**ASSIGNED TASK**
Emit an exact copy of the lines running from the start of the records to the line containing "f 506 503 505", both included.

Records from a collection

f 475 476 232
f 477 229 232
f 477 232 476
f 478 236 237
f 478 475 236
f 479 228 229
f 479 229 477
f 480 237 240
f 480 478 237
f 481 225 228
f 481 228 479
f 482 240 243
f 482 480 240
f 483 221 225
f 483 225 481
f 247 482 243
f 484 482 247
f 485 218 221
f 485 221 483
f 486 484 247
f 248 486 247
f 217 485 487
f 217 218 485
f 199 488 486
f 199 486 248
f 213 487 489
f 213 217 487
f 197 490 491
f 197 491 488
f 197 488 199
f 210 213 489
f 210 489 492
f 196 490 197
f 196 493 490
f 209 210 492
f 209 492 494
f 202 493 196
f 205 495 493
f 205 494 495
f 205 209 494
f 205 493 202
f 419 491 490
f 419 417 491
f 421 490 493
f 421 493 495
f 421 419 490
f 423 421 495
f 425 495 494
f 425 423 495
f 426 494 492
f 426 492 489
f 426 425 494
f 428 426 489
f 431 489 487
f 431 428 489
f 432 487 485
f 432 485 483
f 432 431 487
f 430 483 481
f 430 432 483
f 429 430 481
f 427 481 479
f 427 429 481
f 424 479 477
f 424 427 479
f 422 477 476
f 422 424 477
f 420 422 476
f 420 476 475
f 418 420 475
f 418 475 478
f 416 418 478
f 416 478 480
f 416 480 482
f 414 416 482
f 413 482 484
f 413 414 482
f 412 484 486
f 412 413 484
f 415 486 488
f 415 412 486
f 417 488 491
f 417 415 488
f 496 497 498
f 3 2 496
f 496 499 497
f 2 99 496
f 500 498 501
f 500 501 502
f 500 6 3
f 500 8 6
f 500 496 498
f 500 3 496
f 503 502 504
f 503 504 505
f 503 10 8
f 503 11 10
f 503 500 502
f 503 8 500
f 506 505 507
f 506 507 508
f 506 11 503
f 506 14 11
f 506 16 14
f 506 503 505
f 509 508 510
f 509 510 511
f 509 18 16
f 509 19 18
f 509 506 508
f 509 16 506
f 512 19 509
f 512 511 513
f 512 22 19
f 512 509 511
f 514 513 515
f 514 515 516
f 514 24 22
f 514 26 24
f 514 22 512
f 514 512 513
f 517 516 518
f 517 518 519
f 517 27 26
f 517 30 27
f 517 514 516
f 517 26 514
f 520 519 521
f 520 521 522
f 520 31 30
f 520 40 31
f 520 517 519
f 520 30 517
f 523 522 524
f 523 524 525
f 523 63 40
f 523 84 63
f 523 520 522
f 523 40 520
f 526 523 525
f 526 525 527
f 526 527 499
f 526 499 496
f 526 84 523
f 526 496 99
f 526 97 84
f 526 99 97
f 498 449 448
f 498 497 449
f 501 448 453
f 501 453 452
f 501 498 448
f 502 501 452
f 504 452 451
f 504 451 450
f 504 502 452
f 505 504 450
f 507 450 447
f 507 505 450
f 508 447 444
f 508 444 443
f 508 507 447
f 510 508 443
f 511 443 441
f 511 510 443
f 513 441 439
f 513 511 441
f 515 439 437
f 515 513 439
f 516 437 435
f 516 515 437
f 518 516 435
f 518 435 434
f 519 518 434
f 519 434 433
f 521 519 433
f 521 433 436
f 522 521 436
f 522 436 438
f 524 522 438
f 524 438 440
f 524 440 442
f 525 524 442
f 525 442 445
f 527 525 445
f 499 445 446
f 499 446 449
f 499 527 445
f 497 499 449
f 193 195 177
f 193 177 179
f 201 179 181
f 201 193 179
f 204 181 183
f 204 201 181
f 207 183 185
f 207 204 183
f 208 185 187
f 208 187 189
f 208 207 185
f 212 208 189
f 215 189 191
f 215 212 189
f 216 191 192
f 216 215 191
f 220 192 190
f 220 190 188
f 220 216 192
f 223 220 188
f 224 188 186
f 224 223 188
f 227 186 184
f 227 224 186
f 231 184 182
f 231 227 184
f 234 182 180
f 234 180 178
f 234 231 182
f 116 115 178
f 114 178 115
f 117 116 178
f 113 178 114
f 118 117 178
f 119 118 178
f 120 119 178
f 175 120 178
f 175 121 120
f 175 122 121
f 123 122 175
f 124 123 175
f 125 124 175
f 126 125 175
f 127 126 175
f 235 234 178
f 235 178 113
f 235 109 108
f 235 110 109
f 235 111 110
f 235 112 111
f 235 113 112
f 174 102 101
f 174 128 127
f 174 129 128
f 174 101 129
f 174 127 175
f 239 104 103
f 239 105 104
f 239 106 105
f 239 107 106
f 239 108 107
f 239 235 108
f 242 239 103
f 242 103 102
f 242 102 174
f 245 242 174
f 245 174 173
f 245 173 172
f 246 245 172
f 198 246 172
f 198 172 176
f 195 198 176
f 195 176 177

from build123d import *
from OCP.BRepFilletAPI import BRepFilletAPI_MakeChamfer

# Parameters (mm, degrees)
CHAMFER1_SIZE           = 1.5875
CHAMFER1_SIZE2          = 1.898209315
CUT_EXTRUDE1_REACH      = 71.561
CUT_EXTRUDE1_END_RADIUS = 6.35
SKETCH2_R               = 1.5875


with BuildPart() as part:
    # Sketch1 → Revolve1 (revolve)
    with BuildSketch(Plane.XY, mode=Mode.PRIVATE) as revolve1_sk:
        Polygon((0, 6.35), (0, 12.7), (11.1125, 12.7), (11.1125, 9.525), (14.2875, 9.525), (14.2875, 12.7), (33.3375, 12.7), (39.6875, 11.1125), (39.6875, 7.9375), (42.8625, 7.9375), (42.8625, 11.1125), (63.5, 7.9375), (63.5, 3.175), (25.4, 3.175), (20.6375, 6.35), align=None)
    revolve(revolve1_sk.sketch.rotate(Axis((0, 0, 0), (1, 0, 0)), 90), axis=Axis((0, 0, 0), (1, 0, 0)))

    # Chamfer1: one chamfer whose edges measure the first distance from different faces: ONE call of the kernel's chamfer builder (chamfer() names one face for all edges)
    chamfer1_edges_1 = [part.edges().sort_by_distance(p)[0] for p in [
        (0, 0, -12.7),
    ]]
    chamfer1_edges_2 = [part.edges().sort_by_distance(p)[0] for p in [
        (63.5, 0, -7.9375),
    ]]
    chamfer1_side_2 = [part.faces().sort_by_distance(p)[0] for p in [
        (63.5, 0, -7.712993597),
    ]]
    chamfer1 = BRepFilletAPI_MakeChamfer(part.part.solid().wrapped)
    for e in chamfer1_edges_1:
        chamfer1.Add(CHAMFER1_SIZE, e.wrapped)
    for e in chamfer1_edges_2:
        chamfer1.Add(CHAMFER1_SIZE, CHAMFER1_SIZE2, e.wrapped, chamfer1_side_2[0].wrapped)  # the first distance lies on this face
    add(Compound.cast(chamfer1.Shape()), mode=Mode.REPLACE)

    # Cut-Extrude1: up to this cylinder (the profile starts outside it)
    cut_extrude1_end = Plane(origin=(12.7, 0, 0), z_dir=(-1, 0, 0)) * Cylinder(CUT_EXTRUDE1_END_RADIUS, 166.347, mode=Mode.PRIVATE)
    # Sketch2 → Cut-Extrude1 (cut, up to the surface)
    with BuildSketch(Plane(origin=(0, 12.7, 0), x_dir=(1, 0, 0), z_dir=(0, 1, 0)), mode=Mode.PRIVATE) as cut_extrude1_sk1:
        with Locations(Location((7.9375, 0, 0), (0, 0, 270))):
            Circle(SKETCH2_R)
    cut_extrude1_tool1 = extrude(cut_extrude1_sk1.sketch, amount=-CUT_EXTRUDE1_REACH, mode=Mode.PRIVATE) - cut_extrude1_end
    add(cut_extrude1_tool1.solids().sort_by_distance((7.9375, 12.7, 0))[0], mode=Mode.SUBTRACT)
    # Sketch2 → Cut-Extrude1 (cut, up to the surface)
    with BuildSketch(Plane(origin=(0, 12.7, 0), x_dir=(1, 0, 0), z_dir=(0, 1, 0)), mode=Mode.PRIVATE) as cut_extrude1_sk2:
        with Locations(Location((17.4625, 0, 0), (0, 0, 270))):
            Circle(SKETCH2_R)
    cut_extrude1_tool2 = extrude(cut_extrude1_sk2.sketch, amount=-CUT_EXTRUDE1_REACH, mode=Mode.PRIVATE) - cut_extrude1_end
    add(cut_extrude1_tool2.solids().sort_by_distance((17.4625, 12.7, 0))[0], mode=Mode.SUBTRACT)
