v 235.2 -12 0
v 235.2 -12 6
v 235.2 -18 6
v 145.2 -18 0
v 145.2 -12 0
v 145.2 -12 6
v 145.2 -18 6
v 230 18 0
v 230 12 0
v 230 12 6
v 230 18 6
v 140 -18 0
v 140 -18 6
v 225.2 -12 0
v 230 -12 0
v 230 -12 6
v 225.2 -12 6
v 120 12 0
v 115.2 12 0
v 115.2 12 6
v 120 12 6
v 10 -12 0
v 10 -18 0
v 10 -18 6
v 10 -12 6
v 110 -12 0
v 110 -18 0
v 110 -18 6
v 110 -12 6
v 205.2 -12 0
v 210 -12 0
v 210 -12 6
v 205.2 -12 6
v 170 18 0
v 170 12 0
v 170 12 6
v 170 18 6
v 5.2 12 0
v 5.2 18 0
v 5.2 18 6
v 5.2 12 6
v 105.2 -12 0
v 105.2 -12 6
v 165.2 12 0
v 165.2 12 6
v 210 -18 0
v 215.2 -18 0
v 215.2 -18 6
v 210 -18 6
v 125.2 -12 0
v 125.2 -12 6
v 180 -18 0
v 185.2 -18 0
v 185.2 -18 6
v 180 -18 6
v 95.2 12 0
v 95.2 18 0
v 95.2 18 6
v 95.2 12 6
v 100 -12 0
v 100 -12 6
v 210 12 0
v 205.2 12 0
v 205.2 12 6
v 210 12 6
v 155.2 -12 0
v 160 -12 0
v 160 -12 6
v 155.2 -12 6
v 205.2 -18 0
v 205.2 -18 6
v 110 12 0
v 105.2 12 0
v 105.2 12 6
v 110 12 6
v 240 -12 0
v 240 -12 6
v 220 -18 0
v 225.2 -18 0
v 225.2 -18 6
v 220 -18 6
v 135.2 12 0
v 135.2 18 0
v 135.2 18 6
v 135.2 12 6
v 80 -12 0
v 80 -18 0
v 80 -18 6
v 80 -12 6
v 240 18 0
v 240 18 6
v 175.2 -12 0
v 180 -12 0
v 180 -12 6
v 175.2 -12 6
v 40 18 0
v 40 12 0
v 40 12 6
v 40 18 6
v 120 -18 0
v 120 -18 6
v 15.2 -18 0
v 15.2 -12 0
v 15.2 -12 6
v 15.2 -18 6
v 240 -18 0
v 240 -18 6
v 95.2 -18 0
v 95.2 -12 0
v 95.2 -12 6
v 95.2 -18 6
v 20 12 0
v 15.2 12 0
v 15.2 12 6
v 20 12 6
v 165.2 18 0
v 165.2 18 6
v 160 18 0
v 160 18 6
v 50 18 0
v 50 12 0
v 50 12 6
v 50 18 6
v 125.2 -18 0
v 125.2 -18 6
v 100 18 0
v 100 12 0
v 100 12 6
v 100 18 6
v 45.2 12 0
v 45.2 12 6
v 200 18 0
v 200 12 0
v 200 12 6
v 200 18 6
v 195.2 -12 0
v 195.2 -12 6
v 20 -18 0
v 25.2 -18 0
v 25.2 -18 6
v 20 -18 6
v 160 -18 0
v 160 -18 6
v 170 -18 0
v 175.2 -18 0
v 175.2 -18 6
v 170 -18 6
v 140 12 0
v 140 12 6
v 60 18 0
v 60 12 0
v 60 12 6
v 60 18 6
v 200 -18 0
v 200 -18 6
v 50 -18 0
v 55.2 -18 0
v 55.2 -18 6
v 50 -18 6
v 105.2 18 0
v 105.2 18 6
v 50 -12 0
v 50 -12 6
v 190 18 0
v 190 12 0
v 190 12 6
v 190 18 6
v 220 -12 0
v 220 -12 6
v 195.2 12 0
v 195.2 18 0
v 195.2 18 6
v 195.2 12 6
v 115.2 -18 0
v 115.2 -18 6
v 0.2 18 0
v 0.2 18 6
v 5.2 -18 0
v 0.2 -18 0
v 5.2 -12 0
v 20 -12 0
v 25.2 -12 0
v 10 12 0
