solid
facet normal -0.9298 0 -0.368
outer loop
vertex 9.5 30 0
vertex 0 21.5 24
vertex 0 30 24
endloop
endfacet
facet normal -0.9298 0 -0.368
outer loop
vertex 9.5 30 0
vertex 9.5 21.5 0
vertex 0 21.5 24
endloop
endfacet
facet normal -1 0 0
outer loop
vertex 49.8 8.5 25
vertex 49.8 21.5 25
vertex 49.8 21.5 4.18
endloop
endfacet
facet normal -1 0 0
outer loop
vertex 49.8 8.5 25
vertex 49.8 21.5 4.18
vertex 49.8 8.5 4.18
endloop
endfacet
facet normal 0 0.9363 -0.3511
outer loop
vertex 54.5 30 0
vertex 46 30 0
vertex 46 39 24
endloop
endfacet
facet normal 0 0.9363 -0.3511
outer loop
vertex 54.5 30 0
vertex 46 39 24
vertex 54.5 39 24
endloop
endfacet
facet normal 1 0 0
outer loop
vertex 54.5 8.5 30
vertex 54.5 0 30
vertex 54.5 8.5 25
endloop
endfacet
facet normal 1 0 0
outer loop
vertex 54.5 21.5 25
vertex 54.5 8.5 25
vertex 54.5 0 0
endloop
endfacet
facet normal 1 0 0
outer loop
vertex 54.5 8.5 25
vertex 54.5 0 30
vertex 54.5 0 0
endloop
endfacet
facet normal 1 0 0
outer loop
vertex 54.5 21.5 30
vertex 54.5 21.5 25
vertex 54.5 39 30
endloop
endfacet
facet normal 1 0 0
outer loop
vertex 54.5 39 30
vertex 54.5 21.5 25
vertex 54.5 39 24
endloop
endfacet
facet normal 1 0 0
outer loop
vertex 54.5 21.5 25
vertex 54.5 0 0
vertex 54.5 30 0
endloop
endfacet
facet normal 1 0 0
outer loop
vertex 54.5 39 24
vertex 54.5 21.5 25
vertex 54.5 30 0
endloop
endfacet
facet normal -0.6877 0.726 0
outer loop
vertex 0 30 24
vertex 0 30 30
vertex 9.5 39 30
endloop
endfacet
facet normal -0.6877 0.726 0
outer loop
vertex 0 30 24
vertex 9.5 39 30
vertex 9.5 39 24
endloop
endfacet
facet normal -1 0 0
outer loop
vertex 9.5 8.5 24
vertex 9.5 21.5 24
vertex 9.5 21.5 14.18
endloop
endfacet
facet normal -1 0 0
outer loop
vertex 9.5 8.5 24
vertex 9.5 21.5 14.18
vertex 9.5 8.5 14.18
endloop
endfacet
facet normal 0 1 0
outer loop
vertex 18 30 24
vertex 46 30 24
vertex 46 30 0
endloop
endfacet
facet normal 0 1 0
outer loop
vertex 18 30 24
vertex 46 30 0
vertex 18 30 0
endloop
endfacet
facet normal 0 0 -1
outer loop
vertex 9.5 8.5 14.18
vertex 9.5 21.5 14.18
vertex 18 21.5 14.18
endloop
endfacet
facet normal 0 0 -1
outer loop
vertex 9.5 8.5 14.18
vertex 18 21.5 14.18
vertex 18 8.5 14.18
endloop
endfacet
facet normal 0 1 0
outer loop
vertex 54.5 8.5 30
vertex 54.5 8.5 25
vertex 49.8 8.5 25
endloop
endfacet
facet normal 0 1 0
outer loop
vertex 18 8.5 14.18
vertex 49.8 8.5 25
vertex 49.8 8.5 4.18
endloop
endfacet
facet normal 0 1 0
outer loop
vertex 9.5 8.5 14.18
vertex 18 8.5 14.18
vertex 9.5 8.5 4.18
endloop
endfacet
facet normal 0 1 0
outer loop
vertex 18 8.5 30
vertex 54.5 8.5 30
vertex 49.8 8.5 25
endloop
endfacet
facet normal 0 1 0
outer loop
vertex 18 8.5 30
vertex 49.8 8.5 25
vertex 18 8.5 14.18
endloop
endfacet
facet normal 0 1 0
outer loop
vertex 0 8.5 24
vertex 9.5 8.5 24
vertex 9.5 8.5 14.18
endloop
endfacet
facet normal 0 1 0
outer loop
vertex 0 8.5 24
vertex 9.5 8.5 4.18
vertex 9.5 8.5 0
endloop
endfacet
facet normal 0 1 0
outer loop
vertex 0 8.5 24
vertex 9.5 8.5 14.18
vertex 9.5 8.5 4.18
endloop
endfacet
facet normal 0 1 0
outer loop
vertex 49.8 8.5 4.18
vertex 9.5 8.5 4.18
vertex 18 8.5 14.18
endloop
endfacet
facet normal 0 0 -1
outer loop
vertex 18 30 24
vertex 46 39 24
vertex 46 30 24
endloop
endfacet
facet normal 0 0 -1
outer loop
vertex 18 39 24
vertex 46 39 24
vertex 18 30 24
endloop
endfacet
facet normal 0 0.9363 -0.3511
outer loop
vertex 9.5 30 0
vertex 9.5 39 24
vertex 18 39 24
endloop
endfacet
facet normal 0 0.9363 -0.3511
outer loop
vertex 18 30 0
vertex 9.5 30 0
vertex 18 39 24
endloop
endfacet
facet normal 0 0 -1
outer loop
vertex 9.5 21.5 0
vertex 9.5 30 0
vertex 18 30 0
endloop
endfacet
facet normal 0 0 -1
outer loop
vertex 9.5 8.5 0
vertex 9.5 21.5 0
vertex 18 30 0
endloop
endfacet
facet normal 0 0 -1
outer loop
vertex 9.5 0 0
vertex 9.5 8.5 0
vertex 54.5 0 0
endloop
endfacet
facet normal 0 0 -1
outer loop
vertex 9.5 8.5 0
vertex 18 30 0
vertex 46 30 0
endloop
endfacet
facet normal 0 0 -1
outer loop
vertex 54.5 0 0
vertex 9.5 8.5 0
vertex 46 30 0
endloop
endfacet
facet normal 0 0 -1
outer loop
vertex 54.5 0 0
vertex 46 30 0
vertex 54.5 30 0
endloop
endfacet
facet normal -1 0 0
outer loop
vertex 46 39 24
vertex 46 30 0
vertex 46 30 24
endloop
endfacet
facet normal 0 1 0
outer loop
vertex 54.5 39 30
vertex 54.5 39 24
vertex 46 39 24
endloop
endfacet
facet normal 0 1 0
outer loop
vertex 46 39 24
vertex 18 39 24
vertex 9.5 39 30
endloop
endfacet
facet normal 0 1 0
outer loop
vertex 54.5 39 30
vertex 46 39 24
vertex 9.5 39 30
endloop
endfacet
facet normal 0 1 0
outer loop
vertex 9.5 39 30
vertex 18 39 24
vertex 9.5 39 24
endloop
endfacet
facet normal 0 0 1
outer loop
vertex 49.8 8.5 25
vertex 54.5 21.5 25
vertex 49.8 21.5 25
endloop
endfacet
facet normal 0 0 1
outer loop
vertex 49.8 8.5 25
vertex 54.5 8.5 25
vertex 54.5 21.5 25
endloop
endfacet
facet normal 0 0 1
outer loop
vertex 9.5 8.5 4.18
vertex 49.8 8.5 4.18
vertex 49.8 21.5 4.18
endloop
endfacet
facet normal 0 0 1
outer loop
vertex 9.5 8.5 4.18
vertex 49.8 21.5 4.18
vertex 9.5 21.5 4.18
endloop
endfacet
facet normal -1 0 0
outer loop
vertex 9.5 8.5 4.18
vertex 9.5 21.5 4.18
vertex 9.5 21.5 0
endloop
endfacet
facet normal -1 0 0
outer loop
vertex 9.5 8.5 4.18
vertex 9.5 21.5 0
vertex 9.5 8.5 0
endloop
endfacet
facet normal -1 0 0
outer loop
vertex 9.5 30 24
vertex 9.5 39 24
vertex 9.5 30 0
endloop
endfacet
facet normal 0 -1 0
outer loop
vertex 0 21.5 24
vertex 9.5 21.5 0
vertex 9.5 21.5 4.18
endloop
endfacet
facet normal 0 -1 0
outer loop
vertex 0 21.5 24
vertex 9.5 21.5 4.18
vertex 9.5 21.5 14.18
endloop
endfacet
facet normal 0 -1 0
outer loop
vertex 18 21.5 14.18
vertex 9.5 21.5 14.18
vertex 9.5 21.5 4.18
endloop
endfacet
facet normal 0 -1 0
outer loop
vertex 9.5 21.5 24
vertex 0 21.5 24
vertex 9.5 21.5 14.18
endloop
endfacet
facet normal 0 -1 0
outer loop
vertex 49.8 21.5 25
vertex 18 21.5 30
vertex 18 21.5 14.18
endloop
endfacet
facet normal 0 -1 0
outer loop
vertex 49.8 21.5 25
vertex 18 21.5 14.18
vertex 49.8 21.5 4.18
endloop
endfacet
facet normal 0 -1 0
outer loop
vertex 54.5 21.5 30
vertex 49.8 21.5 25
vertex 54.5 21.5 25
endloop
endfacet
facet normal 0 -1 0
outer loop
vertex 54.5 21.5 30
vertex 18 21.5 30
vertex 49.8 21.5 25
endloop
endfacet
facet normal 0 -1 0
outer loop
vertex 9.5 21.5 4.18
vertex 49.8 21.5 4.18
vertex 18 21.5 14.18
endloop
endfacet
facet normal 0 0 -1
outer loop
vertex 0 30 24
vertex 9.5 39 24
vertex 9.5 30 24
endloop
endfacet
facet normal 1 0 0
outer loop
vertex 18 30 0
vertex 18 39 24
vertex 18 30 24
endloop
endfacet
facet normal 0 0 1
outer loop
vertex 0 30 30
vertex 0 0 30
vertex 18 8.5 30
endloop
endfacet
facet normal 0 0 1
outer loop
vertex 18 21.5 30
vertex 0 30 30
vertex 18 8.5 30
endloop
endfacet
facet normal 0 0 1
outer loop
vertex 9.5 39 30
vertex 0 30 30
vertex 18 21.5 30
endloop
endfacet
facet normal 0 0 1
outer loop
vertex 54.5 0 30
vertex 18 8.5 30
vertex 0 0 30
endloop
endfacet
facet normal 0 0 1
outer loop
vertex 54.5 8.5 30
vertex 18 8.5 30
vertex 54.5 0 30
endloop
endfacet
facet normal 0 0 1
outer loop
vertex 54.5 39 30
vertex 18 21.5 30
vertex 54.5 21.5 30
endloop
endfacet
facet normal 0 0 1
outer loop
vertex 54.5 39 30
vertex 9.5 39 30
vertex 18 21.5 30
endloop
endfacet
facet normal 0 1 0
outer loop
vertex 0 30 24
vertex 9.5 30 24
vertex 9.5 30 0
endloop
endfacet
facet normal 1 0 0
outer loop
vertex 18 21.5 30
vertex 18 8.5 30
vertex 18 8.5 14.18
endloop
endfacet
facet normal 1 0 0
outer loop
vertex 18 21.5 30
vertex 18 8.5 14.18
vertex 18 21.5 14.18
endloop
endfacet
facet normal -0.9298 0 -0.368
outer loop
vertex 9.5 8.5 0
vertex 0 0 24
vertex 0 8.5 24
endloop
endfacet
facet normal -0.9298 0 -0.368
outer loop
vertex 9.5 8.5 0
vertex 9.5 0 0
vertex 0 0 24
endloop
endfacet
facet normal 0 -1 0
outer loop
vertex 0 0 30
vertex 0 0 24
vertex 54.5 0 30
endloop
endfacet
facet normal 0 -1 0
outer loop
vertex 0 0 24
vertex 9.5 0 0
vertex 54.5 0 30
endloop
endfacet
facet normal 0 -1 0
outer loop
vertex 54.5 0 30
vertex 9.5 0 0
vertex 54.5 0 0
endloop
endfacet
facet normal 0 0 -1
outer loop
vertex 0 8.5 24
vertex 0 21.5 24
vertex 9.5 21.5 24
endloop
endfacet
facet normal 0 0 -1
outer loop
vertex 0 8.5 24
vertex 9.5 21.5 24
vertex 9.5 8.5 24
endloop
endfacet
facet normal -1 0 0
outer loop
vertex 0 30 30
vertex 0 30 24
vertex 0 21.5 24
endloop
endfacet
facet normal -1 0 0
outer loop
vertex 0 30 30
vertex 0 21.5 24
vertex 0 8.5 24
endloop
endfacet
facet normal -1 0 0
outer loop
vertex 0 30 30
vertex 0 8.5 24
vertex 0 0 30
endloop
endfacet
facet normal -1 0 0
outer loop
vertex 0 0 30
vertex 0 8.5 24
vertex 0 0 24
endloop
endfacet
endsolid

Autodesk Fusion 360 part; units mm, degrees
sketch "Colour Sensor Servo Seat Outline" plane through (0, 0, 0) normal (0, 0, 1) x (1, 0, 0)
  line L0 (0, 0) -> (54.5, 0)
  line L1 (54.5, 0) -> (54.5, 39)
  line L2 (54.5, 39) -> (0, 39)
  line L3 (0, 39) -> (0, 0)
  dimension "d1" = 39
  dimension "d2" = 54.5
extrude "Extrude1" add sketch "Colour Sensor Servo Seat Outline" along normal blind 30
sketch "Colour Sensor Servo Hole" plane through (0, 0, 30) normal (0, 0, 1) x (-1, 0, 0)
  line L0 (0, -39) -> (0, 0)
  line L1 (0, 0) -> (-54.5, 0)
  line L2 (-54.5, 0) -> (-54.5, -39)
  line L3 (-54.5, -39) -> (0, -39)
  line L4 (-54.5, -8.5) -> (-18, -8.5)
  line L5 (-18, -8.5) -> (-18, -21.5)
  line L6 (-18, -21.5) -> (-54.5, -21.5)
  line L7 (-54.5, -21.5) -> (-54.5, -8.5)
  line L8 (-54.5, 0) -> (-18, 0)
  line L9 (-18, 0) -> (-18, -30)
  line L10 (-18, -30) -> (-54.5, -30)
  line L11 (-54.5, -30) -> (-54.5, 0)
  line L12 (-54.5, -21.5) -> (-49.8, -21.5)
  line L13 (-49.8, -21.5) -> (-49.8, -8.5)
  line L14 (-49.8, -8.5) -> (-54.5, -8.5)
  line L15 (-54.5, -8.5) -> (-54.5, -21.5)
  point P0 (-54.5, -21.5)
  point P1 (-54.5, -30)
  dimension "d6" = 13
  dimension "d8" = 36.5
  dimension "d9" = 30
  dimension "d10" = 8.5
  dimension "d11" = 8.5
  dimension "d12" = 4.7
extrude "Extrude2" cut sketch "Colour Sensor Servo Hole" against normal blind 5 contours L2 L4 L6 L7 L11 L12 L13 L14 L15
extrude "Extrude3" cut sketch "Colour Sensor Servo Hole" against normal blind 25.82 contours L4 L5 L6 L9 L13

**TASK SOLUTION**
f 475 476 232
f 477 229 232
f 477 232 476
f 478 236 237
f 478 475 236
f 479 228 229
f 479 229 477
f 480 237 240
f 480 478 237
f 481 225 228
f 481 228 479
f 482 240 243
f 482 480 240
f 483 221 225
f 483 225 481
f 247 482 243
f 484 482 247
f 485 218 221
f 485 221 483
f 486 484 247
f 248 486 247
f 217 485 487
f 217 218 485
f 199 488 486
f 199 486 248
f 213 487 489
f 213 217 487
f 197 490 491
f 197 491 488
f 197 488 199
f 210 213 489
f 210 489 492
f 196 490 197
f 196 493 490
f 209 210 492
f 209 492 494
f 202 493 196
f 205 495 493
f 205 494 495
f 205 209 494
f 205 493 202
f 419 491 490
f 419 417 491
f 421 490 493
f 421 493 495
f 421 419 490
f 423 421 495
f 425 495 494
f 425 423 495
f 426 494 492
f 426 492 489
f 426 425 494
f 428 426 489
f 431 489 487
f 431 428 489
f 432 487 485
f 432 485 483
f 432 431 487
f 430 483 481
f 430 432 483
f 429 430 481
f 427 481 479
f 427 429 481
f 424 479 477
f 424 427 479
f 422 477 476
f 422 424 477
f 420 422 476
f 420 476 475
f 418 420 475
f 418 475 478
f 416 418 478
f 416 478 480
f 416 480 482
f 414 416 482
f 413 482 484
f 413 414 482
f 412 484 486
f 412 413 484
f 415 486 488
f 415 412 486
f 417 488 491
f 417 415 488
f 496 497 498
f 3 2 496
f 496 499 497
f 2 99 496
f 500 498 501
f 500 501 502
f 500 6 3
f 500 8 6
f 500 496 498
f 500 3 496
f 503 502 504
f 503 504 505
f 503 10 8
f 503 11 10
f 503 500 502
f 503 8 500
f 506 505 507
f 506 507 508
f 506 11 503
f 506 14 11
f 506 16 14
f 506 503 505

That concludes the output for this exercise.